### AVAILABLE DATA
---

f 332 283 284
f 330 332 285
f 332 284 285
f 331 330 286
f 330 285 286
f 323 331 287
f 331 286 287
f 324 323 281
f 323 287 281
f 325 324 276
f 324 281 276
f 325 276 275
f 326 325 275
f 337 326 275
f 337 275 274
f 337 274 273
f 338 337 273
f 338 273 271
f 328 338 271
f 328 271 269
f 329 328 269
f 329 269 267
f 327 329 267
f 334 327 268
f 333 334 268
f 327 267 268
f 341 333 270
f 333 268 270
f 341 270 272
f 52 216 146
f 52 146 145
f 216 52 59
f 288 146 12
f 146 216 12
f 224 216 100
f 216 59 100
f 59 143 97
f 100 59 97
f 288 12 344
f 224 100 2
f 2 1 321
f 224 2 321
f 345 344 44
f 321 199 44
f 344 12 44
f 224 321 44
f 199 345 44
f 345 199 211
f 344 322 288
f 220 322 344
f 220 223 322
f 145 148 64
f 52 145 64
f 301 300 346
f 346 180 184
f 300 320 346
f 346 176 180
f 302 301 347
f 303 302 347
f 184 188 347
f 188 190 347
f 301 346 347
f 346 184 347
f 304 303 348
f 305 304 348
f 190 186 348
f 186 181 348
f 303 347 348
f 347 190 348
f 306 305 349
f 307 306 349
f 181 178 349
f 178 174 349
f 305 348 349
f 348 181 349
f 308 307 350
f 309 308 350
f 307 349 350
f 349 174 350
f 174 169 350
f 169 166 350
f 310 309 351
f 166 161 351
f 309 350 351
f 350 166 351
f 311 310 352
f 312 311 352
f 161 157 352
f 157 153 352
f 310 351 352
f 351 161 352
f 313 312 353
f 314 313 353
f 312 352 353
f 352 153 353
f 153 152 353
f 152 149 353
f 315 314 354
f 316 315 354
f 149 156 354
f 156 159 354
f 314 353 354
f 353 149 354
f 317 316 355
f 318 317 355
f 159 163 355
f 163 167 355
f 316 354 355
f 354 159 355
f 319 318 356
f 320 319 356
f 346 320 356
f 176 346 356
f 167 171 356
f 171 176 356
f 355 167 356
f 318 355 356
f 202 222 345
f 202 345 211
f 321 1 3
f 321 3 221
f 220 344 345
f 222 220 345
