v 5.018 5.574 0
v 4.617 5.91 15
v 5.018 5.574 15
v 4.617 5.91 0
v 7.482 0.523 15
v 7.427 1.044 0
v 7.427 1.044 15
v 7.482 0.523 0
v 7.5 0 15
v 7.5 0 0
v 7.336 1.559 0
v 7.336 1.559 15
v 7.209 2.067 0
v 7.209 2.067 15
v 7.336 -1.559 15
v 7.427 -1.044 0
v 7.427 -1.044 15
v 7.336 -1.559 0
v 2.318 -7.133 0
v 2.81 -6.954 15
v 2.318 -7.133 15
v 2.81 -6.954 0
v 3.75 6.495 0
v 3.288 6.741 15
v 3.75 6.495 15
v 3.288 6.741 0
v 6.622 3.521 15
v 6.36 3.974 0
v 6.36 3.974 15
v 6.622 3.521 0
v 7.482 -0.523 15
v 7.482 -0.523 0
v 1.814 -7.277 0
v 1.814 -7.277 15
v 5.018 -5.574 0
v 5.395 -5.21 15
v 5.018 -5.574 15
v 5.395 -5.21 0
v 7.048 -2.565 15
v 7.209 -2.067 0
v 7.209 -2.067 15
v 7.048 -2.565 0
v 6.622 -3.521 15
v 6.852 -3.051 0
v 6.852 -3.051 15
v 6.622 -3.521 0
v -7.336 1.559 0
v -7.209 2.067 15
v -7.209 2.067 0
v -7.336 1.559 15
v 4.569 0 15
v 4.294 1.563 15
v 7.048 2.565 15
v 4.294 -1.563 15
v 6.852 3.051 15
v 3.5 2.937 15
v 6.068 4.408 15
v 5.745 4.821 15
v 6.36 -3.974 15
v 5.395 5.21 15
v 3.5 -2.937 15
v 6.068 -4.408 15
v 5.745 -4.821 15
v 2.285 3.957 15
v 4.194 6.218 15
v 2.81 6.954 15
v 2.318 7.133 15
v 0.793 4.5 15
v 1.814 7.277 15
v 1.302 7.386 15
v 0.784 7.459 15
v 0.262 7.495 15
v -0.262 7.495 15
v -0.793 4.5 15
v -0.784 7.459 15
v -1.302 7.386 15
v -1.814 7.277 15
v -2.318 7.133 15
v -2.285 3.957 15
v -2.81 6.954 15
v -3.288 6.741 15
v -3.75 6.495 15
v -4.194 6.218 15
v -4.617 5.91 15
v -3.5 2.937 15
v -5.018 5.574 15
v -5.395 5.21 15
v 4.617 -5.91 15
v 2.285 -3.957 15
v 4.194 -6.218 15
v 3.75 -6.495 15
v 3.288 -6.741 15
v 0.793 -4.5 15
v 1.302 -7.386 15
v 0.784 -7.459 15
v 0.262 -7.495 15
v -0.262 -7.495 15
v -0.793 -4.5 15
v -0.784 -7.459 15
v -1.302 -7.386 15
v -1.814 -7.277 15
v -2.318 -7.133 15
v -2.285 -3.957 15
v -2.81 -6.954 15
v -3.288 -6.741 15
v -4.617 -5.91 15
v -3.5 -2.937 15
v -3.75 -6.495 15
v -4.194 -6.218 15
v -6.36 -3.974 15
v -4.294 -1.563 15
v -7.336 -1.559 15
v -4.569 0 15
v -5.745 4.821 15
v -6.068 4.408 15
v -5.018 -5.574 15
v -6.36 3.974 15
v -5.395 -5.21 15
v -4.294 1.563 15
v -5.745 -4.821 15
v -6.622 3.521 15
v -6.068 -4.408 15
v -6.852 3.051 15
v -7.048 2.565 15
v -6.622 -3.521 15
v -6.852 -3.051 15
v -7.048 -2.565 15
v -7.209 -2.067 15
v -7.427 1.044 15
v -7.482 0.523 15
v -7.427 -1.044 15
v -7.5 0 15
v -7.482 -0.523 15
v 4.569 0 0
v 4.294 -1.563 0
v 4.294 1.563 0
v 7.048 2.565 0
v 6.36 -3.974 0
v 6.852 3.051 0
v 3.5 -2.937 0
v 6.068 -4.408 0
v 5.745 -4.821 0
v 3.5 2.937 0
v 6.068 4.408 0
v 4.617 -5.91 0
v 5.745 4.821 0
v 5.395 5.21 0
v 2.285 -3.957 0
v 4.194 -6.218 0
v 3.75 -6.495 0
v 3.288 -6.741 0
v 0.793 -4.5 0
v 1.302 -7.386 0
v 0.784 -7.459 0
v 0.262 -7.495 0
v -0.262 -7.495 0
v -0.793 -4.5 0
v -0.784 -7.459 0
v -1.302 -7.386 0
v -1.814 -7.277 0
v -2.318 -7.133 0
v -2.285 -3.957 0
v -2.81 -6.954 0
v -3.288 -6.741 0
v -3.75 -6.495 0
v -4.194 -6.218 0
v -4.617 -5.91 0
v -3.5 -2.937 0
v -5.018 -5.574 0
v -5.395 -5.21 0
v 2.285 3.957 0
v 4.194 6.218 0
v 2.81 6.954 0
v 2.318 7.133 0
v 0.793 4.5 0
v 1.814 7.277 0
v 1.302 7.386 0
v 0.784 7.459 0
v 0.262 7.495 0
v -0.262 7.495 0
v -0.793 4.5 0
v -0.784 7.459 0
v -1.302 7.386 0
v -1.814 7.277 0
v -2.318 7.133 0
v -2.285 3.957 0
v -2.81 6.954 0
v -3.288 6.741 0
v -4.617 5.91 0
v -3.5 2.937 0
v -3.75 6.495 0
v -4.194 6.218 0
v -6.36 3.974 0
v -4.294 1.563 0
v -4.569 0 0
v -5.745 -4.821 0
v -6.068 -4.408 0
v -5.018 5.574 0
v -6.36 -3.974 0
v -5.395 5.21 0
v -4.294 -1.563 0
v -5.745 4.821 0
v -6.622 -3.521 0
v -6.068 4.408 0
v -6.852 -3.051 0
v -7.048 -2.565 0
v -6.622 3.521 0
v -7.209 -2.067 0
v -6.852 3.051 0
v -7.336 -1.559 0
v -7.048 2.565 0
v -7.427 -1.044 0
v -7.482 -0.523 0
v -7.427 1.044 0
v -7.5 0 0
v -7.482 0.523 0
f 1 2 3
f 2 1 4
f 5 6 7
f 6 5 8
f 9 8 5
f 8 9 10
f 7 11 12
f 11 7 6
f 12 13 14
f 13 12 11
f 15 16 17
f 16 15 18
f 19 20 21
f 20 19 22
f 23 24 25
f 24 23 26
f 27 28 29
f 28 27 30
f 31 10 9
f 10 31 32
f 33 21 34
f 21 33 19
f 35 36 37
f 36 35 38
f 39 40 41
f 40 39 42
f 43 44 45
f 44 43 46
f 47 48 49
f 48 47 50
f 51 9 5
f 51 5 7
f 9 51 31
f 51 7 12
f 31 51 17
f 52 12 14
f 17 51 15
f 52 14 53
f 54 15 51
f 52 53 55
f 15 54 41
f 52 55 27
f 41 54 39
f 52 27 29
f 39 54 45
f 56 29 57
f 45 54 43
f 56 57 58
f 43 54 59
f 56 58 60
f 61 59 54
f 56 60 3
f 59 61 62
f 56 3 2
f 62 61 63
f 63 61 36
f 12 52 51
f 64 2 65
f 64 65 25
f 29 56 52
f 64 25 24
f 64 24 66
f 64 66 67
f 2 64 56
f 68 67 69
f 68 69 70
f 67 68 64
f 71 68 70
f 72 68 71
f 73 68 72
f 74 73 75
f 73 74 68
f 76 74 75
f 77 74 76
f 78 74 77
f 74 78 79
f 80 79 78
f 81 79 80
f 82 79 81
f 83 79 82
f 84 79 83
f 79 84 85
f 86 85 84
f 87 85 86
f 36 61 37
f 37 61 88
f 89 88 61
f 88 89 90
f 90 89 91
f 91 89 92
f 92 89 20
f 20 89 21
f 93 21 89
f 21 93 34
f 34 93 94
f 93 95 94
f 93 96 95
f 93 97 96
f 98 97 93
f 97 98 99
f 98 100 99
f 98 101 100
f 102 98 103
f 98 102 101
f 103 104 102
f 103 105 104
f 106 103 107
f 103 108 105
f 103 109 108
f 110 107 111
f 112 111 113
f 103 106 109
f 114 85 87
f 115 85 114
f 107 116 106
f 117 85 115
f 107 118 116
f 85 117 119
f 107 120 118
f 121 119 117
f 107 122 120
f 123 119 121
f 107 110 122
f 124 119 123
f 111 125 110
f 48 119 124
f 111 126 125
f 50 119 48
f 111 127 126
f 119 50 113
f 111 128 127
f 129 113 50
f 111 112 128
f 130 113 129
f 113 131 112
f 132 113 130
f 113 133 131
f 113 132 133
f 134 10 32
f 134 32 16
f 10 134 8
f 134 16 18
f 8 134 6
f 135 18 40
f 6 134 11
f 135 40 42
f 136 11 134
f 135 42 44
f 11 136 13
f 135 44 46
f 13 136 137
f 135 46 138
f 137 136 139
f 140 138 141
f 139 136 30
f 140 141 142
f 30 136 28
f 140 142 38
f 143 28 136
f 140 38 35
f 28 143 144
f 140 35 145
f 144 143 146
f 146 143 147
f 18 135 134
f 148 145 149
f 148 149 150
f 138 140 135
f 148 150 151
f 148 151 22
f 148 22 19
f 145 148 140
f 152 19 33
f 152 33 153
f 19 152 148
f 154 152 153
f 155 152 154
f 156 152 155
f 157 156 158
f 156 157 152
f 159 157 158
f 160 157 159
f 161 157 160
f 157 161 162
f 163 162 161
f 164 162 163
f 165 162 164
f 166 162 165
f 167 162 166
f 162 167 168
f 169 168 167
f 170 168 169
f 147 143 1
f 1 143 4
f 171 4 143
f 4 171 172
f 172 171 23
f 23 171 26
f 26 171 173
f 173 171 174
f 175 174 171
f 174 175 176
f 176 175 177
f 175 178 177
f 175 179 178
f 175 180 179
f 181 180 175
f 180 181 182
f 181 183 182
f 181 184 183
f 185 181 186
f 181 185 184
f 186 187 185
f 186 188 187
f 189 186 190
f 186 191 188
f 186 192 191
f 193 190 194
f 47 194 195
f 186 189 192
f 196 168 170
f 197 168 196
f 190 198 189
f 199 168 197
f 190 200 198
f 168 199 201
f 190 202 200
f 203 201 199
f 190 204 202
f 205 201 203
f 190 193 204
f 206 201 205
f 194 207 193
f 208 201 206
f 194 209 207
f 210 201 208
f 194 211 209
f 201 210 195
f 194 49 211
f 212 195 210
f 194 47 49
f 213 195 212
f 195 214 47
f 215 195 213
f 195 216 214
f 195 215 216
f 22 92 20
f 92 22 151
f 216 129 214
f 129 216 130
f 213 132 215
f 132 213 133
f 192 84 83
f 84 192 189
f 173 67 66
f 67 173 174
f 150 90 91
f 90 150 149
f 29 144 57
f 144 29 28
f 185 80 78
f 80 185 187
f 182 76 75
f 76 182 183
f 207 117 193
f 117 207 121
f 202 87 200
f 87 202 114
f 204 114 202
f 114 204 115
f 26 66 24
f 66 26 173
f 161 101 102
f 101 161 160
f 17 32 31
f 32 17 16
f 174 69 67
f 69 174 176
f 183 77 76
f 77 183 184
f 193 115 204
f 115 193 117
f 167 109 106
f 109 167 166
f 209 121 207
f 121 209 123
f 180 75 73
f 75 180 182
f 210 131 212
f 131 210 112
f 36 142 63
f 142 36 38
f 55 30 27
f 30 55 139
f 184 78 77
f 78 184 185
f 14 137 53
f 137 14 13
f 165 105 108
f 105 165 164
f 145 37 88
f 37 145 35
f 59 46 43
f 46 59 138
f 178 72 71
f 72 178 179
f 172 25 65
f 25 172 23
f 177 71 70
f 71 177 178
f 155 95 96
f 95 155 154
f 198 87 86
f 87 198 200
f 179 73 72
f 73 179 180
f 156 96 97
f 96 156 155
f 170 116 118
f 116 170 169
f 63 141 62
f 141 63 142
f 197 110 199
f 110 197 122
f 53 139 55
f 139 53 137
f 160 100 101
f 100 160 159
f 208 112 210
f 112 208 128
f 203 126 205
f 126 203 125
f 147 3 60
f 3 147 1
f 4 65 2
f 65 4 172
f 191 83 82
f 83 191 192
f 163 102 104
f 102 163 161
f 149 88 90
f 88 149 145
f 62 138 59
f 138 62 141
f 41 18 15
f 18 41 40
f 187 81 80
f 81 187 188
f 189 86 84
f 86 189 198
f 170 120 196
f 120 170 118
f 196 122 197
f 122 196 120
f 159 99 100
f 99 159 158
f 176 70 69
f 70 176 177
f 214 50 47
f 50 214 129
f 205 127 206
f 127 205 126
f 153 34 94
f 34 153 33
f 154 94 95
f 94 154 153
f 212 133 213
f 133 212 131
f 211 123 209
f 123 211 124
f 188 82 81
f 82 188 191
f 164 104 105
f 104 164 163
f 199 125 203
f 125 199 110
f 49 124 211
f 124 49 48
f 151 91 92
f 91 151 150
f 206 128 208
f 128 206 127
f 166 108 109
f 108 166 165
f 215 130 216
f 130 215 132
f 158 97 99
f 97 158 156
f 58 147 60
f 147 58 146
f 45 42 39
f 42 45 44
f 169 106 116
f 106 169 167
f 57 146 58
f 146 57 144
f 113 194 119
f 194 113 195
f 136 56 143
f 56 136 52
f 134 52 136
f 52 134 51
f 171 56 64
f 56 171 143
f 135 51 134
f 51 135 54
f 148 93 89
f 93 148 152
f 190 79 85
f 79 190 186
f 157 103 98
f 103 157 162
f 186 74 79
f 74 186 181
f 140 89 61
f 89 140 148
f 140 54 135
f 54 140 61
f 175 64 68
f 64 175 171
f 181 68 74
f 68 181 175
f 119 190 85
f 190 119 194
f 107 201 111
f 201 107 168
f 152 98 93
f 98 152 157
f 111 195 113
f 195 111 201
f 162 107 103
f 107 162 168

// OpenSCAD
// file: polyhole.scad
// The Cylinder is dead! Long live the Cylinder!
// A module for a polyhole by radius, based on Nophead's work.

module polyhole(h, r, cent = false)
{
    n = max(round(4 * r), 3);
    cylinder(h = h, r = r / cos(180 / n), $fn = n, center = cent);
}
// main file
use<polyhole.scad>

LeadSpacer();

module LeadSpacer()
{
    difference()
    {
        cylinder(h = 15, r = 15/2, $fn = 90);
        polyhole(15, 9/2);
    }
}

---

### TASK GOAL
In the listing above, locate the line with "f 52 216 146" and the line with "v 7.482 0.523 0", then extract exactly those lines and every line between them, and nothing more.

### ANSWER TO THIS PROBLEM
f 52 216 146
f 52 146 145
f 216 52 59
f 288 146 12
f 146 216 12
f 224 216 100
f 216 59 100
f 59 143 97
f 100 59 97
f 288 12 344
f 224 100 2
f 2 1 321
f 224 2 321
f 345 344 44
f 321 199 44
f 344 12 44
f 224 321 44
f 199 345 44
f 345 199 211
f 344 322 288
f 220 322 344
f 220 223 322
f 145 148 64
f 52 145 64
f 301 300 346
f 346 180 184
f 300 320 346
f 346 176 180
f 302 301 347
f 303 302 347
f 184 188 347
f 188 190 347
f 301 346 347
f 346 184 347
f 304 303 348
f 305 304 348
f 190 186 348
f 186 181 348
f 303 347 348
f 347 190 348
f 306 305 349
f 307 306 349
f 181 178 349
f 178 174 349
f 305 348 349
f 348 181 349
f 308 307 350
f 309 308 350
f 307 349 350
f 349 174 350
f 174 169 350
f 169 166 350
f 310 309 351
f 166 161 351
f 309 350 351
f 350 166 351
f 311 310 352
f 312 311 352
f 161 157 352
f 157 153 352
f 310 351 352
f 351 161 352
f 313 312 353
f 314 313 353
f 312 352 353
f 352 153 353
f 153 152 353
f 152 149 353
f 315 314 354
f 316 315 354
f 149 156 354
f 156 159 354
f 314 353 354
f 353 149 354
f 317 316 355
f 318 317 355
f 159 163 355
f 163 167 355
f 316 354 355
f 354 159 355
f 319 318 356
f 320 319 356
f 346 320 356
f 176 346 356
f 167 171 356
f 171 176 356
f 355 167 356
f 318 355 356
f 202 222 345
f 202 345 211
f 321 1 3
f 321 3 221
f 220 344 345
f 222 220 345
v 5.018 5.574 0
v 4.617 5.91 15
v 5.018 5.574 15
v 4.617 5.91 0
v 7.482 0.523 15
v 7.427 1.044 0
v 7.427 1.044 15
v 7.482 0.523 0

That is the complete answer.